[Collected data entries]
Start of Block
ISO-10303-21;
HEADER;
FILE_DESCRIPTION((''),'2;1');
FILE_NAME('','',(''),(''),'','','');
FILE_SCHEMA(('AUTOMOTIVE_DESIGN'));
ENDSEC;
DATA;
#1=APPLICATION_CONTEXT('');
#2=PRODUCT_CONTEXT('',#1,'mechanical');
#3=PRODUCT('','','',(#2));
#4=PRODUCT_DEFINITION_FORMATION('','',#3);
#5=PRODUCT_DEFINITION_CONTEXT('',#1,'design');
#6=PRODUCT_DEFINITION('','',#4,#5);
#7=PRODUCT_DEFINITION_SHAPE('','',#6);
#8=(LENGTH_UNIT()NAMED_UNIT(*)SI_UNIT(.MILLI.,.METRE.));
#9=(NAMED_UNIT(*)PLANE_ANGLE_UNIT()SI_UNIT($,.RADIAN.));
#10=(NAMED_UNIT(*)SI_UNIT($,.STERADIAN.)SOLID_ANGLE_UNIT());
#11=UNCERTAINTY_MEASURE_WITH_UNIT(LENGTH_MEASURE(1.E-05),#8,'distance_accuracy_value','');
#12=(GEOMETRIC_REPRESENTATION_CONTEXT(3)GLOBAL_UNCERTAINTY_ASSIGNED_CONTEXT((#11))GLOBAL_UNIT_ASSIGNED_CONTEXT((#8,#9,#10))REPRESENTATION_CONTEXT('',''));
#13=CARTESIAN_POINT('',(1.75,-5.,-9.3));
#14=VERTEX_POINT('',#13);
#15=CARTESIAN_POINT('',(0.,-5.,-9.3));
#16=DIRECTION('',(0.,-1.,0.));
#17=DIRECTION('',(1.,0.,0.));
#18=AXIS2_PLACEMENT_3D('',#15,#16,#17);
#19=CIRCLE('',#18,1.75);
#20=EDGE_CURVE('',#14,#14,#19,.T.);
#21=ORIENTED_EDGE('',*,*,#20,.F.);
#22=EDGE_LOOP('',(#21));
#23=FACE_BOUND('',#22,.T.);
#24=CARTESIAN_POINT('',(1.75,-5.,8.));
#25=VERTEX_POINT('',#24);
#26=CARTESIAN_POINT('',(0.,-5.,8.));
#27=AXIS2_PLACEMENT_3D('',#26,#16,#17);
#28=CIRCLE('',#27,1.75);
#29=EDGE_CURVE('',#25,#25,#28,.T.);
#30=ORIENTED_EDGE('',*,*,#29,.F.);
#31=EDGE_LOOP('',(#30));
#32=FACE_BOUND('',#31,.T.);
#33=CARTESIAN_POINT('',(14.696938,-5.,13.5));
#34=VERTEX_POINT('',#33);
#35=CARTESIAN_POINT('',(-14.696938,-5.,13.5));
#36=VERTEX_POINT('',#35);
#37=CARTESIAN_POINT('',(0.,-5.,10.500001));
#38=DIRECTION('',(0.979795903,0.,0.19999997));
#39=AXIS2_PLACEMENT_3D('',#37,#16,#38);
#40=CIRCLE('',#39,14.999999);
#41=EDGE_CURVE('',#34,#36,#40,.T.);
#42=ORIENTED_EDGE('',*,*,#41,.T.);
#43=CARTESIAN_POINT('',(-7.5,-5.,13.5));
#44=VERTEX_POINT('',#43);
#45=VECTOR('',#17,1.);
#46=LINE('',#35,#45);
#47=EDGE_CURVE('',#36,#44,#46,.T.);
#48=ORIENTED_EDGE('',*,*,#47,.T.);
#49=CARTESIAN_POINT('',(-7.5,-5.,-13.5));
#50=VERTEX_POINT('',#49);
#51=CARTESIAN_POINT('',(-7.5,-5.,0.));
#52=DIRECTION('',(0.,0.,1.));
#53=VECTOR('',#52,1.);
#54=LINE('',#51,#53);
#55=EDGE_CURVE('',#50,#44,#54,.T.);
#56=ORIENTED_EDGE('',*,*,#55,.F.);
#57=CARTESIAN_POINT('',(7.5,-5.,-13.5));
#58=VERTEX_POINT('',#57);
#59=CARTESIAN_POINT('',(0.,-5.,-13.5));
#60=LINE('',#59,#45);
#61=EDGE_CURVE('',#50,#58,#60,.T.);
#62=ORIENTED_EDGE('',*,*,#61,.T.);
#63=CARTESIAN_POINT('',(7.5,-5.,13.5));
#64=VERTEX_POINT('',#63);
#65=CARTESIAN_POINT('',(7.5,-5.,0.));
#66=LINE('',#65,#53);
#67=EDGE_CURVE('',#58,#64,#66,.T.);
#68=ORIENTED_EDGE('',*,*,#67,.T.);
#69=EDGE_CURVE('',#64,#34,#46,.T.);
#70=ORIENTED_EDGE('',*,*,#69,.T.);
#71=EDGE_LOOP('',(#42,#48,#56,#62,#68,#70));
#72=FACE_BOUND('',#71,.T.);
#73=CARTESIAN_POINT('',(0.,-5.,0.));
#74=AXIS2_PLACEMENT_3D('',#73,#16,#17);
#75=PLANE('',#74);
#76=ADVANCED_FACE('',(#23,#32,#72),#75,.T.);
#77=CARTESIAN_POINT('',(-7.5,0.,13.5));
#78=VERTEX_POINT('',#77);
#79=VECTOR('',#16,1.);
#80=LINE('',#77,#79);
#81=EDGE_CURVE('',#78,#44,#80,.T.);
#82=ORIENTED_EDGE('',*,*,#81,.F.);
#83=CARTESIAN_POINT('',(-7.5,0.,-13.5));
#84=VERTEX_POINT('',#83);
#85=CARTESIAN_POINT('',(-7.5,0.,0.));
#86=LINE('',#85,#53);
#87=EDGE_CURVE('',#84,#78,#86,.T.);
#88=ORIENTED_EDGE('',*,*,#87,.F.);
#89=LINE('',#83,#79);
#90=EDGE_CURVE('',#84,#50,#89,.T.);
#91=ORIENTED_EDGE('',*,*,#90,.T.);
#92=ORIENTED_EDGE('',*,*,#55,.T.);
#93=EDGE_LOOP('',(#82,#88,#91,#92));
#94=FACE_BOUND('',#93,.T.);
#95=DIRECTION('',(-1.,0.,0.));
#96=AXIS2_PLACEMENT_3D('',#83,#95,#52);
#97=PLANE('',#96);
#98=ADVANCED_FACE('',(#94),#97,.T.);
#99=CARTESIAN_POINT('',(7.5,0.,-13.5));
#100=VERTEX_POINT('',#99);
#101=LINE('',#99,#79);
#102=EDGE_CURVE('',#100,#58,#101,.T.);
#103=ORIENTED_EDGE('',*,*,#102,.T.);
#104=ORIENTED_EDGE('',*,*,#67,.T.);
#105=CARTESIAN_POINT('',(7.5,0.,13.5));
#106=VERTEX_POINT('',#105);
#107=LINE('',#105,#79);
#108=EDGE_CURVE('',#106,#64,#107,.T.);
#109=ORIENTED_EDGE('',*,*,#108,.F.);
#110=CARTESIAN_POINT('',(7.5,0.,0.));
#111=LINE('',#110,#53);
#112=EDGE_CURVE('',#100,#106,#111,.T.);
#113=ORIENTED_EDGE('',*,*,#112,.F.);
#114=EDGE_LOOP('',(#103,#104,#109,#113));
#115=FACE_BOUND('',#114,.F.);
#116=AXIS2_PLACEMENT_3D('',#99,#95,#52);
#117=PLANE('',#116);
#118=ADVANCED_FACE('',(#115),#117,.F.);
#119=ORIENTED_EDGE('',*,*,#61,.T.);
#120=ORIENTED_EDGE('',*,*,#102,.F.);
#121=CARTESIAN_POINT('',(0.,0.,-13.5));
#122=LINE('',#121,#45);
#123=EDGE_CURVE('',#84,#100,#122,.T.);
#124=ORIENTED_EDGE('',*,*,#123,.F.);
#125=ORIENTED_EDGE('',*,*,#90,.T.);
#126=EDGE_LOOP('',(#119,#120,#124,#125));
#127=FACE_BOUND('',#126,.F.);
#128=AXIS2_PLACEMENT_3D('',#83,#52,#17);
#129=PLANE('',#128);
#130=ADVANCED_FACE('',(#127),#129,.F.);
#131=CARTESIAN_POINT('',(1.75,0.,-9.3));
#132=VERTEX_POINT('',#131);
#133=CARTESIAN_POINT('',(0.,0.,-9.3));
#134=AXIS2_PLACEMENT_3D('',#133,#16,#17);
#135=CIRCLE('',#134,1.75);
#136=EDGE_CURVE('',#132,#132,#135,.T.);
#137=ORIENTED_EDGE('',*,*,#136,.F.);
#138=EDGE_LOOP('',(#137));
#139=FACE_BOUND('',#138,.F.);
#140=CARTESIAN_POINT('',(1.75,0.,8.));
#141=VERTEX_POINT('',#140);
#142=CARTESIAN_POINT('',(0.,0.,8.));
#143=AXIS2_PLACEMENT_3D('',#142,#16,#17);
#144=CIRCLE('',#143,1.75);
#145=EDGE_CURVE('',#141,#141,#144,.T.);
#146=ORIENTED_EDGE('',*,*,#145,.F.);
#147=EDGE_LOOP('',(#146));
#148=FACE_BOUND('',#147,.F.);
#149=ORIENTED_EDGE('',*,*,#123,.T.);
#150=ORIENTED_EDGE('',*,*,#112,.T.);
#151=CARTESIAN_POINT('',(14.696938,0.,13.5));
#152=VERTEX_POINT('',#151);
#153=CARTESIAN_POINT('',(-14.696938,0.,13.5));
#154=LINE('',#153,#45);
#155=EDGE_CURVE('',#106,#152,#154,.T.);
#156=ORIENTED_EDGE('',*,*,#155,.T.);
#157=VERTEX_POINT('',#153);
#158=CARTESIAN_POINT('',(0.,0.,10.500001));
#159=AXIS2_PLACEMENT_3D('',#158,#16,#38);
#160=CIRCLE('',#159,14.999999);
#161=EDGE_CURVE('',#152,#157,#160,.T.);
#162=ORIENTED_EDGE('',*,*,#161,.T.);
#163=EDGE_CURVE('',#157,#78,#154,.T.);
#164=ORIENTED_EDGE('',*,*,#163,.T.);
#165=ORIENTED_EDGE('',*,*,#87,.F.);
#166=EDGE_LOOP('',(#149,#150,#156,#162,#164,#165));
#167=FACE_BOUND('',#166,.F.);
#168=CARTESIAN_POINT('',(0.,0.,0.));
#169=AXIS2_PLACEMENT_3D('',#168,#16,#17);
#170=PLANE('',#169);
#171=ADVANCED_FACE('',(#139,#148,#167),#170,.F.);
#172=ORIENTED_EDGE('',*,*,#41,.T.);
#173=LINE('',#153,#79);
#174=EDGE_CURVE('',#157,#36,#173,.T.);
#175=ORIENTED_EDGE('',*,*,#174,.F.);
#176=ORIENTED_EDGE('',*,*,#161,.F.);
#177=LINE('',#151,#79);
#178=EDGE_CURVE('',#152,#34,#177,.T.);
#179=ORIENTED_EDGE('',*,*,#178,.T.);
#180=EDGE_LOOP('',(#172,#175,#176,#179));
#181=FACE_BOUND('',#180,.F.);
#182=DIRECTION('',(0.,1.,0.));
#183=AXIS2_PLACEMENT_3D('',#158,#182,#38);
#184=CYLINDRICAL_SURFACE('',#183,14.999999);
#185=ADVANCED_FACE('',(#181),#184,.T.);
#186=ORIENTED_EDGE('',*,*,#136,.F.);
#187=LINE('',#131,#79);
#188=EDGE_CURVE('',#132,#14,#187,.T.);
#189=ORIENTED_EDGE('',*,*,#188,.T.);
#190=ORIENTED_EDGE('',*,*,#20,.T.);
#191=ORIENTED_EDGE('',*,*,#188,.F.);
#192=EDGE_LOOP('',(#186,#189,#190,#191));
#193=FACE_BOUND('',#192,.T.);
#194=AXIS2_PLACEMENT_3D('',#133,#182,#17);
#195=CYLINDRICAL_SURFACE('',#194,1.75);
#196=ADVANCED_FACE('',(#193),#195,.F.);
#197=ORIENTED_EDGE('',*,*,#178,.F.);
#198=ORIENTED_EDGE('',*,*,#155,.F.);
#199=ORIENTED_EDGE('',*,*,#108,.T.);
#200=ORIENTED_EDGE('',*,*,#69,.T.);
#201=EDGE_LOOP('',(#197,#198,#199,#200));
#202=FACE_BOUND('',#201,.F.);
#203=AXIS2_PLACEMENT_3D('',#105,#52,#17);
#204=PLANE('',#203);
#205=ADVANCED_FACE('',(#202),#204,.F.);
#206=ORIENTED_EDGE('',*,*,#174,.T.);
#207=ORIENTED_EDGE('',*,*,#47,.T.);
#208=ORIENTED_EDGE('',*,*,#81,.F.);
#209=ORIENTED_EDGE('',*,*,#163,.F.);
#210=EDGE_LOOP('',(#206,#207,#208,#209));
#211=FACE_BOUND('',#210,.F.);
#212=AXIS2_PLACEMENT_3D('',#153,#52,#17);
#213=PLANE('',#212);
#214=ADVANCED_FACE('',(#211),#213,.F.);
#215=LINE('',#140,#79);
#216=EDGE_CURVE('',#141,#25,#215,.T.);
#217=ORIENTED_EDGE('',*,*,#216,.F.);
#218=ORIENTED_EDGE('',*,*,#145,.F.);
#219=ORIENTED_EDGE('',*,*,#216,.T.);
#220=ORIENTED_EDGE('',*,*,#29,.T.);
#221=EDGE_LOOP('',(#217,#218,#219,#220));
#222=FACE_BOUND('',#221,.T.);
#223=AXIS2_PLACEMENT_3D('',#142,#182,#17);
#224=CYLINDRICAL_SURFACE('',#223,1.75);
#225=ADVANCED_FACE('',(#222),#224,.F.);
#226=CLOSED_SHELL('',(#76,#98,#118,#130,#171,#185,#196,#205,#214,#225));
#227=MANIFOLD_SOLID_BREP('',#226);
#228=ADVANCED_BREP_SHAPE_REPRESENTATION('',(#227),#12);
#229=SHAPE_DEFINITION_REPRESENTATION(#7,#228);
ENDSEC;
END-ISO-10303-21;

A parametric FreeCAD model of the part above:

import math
import FreeCAD as App
import Part
import Sketcher

V = App.Vector
Q = App.Units.Quantity

doc = App.newDocument("Part")
body = doc.addObject("PartDesign::Body", "Body")

sketch1 = body.newObject("Sketcher::SketchObject", "Sketch")
sketch1.AttachmentSupport = (doc.getObject("XZ_Plane"), [""])
sketch1.MapMode = "FlatFace"
sketch1.addGeometry([
    Part.LineSegment(V(-7.5, 13.5, 0), V(-7.5, -13.5, 0)),
    Part.LineSegment(V(-7.5, -13.5, 0), V(7.5, -13.5, 0)),
    Part.LineSegment(V(7.5, -13.5, 0), V(7.5, 13.5, 0)),
    Part.LineSegment(V(7.5, 13.5, 0), V(14.7, 13.5, 0)),
    Part.ArcOfCircle(Part.Circle(V(0, 10.5, 0), V(0, 0, 1), 15), math.radians(12), math.radians(168)),
    Part.LineSegment(V(-14.7, 13.5, 0), V(-7.5, 13.5, 0)),
    Part.Circle(V(0, -9.3, 0), V(0, 0, 1), 1.8),
    Part.Circle(V(0, 8, 0), V(0, 0, 1), 1.8),
], False)
sketch1.addConstraint([
    Sketcher.Constraint("Coincident", 0, 2, 1, 1),
    Sketcher.Constraint("Coincident", 1, 2, 2, 1),
    Sketcher.Constraint("Coincident", 2, 2, 3, 1),
    Sketcher.Constraint("Coincident", 3, 2, 4, 1),
    Sketcher.Constraint("Coincident", 4, 2, 5, 1),
    Sketcher.Constraint("Coincident", 5, 2, 0, 1),
    Sketcher.Constraint("Vertical", 0),
    Sketcher.Constraint("Horizontal", 1),
    Sketcher.Constraint("Vertical", 2),
    Sketcher.Constraint("Horizontal", 3),
    Sketcher.Constraint("Horizontal", 5),
    Sketcher.Constraint("Equal", 6, 7),
    Sketcher.Constraint("Symmetric", 0, 2, 2, 2, -1, 1),
    Sketcher.Constraint("Symmetric", 3, 2, 4, 2, -2),
    Sketcher.Constraint("PointOnObject", 6, 3, -2),
    Sketcher.Constraint("PointOnObject", 7, 3, -2),
    Sketcher.Constraint("Radius", 4, Q("14.999999 mm")),
    Sketcher.Constraint("Diameter", 6, Q("3.5 mm")),
    Sketcher.Constraint("DistanceX", 1, 1, 1, 2, Q("15 mm")),
    Sketcher.Constraint("DistanceY", 0, 2, 0, 1, Q("27 mm")),
    Sketcher.Constraint("DistanceY", -1, 1, 7, 3, Q("8 mm")),
    Sketcher.Constraint("DistanceY", 0, 2, 4, 3, Q("24.000001 mm")),
    Sketcher.Constraint("DistanceY", 6, 3, -1, 1, Q("9.3 mm")),
])
pad1 = body.newObject("PartDesign::Pad", "Pad")
pad1.Profile = sketch1
pad1.Length = 5

doc.recompute()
End of Block
* [Exercise directions]: Could you repeat exactly the lines above from the line with "#143=AXIS2_PLACEMENT_3D('',#142,#16,#17);" up to and including the line with "#200=ORIENTED_EDGE('',*,*,#69,.T.);", and only those?

* [Final answer]:
#143=AXIS2_PLACEMENT_3D('',#142,#16,#17);
#144=CIRCLE('',#143,1.75);
#145=EDGE_CURVE('',#141,#141,#144,.T.);
#146=ORIENTED_EDGE('',*,*,#145,.F.);
#147=EDGE_LOOP('',(#146));
#148=FACE_BOUND('',#147,.F.);
#149=ORIENTED_EDGE('',*,*,#123,.T.);
#150=ORIENTED_EDGE('',*,*,#112,.T.);
#151=CARTESIAN_POINT('',(14.696938,0.,13.5));
#152=VERTEX_POINT('',#151);
#153=CARTESIAN_POINT('',(-14.696938,0.,13.5));
#154=LINE('',#153,#45);
#155=EDGE_CURVE('',#106,#152,#154,.T.);
#156=ORIENTED_EDGE('',*,*,#155,.T.);
#157=VERTEX_POINT('',#153);
#158=CARTESIAN_POINT('',(0.,0.,10.500001));
#159=AXIS2_PLACEMENT_3D('',#158,#16,#38);
#160=CIRCLE('',#159,14.999999);
#161=EDGE_CURVE('',#152,#157,#160,.T.);
#162=ORIENTED_EDGE('',*,*,#161,.T.);
#163=EDGE_CURVE('',#157,#78,#154,.T.);
#164=ORIENTED_EDGE('',*,*,#163,.T.);
#165=ORIENTED_EDGE('',*,*,#87,.F.);
#166=EDGE_LOOP('',(#149,#150,#156,#162,#164,#165));
#167=FACE_BOUND('',#166,.F.);
#168=CARTESIAN_POINT('',(0.,0.,0.));
#169=AXIS2_PLACEMENT_3D('',#168,#16,#17);
#170=PLANE('',#169);
#171=ADVANCED_FACE('',(#139,#148,#167),#170,.F.);
#172=ORIENTED_EDGE('',*,*,#41,.T.);
#173=LINE('',#153,#79);
#174=EDGE_CURVE('',#157,#36,#173,.T.);
#175=ORIENTED_EDGE('',*,*,#174,.F.);
#176=ORIENTED_EDGE('',*,*,#161,.F.);
#177=LINE('',#151,#79);
#178=EDGE_CURVE('',#152,#34,#177,.T.);
#179=ORIENTED_EDGE('',*,*,#178,.T.);
#180=EDGE_LOOP('',(#172,#175,#176,#179));
#181=FACE_BOUND('',#180,.F.);
#182=DIRECTION('',(0.,1.,0.));
#183=AXIS2_PLACEMENT_3D('',#158,#182,#38);
#184=CYLINDRICAL_SURFACE('',#183,14.999999);
#185=ADVANCED_FACE('',(#181),#184,.T.);
#186=ORIENTED_EDGE('',*,*,#136,.F.);
#187=LINE('',#131,#79);
#188=EDGE_CURVE('',#132,#14,#187,.T.);
#189=ORIENTED_EDGE('',*,*,#188,.T.);
#190=ORIENTED_EDGE('',*,*,#20,.T.);
#191=ORIENTED_EDGE('',*,*,#188,.F.);
#192=EDGE_LOOP('',(#186,#189,#190,#191));
#193=FACE_BOUND('',#192,.T.);
#194=AXIS2_PLACEMENT_3D('',#133,#182,#17);
#195=CYLINDRICAL_SURFACE('',#194,1.75);
#196=ADVANCED_FACE('',(#193),#195,.F.);
#197=ORIENTED_EDGE('',*,*,#178,.F.);
#198=ORIENTED_EDGE('',*,*,#155,.F.);
#199=ORIENTED_EDGE('',*,*,#108,.T.);
#200=ORIENTED_EDGE('',*,*,#69,.T.);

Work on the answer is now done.